# I had some ideas about new fursuit technology.



## Mxpklx (Mar 22, 2012)

As strange as the title may sound, I have had these ideas for a long time now. 

I occasionally go to the 405th infantry website where they make halo cosplay costumes. They seem to come up with great ideas that I think could be incorporated into fursuiting, like materials, fans, special stilt suits they use for elites, etc. 

But then I had some ideas of my own. As I can plainly tell, Fursuits have terrible vision and get really hot. So, with the help of the 405th I've come up with two devices that can fix those problems. 

For the heat problem, race-car drivers use fluid cooled shirts. These shirts have a water cooling and pumping system that will definitely keep you cooled. Though, like the one below, these can cost up to $500 and more. I've come up with a better solution. Have you ever heard of airator shoes? Well they use a small air pump underneath your heel that blows air onto your foot every time you step. But my idea is to incorporate the cooled shirts with a heel pump so whenever you step it acts like a heart circulating the fluid throughout your cool shirt. This will eliminate any need for unsightly fanny-packs that pump fluids through the shirt. But if you manage to spring a leak, your screwed .







The next issue is the vision.

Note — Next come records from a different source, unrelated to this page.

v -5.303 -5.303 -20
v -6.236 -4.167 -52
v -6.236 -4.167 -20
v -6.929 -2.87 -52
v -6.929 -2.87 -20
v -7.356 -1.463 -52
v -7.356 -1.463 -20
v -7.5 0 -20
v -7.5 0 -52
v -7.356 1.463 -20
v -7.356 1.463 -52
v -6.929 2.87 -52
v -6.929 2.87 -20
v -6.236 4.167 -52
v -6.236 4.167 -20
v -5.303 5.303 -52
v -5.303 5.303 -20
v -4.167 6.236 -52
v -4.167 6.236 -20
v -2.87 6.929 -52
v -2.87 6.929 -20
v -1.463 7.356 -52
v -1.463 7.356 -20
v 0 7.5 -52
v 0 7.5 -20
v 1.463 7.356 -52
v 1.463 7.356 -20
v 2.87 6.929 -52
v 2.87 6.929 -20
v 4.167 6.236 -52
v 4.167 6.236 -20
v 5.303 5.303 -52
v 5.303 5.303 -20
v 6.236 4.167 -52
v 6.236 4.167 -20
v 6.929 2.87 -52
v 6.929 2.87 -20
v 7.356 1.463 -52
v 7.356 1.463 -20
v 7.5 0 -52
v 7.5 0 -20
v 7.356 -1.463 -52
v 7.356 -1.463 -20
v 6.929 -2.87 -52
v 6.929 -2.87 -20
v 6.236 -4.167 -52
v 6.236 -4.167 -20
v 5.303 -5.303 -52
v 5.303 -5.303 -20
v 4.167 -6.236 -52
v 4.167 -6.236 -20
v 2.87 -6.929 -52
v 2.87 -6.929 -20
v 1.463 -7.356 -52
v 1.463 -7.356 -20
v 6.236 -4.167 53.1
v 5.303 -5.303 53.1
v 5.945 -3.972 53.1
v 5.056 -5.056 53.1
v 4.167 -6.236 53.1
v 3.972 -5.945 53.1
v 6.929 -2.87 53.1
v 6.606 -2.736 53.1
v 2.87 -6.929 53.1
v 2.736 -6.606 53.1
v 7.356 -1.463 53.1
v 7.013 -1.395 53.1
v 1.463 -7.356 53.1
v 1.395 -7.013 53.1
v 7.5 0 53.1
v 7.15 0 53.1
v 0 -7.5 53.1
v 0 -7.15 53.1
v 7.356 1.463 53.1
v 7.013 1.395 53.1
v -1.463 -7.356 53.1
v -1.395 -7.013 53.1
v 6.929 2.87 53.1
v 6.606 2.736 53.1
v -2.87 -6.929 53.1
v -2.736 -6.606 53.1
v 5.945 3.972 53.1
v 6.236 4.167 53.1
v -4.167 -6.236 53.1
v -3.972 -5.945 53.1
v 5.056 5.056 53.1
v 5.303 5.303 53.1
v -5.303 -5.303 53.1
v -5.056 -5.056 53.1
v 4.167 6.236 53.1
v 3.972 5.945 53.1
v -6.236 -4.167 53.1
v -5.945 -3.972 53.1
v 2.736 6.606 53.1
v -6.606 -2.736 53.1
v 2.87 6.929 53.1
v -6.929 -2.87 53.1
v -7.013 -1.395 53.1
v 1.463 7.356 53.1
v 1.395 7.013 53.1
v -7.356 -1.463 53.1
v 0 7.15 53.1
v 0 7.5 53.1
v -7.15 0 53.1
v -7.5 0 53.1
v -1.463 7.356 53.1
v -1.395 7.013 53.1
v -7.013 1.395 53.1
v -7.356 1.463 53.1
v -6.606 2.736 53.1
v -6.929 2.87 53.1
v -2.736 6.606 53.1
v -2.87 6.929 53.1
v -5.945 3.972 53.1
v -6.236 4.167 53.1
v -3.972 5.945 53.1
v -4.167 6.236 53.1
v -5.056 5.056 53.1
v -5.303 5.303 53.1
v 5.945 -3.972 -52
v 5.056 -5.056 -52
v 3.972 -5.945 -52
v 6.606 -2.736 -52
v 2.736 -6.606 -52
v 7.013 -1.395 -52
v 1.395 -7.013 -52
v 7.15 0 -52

Now, vision for fursuiters it *turrible* with only a central to near peripheral vision. So, once again, with the inspiration of the 405th, I've come up with refraction lenses. For example, Nike uses this technology in their Hindsight Glasses. This gives any wearer an increased peripheral vision upgrade of 25 degrees. So in the 405th community they make plastic visors for their helmets which when bent, a light refraction will occur increasing the wearers vision. To incorporate this into a fursuit, two separate lenses must be made behind each eye in order to get this effect. Now this can only be done if your not using tear duct eyes. Tear duct eyes are too small and won't work.










I can only assume expert fursuiters would be willing to attempt this. So, I hope I've given you ideas for your next fursuit!


----------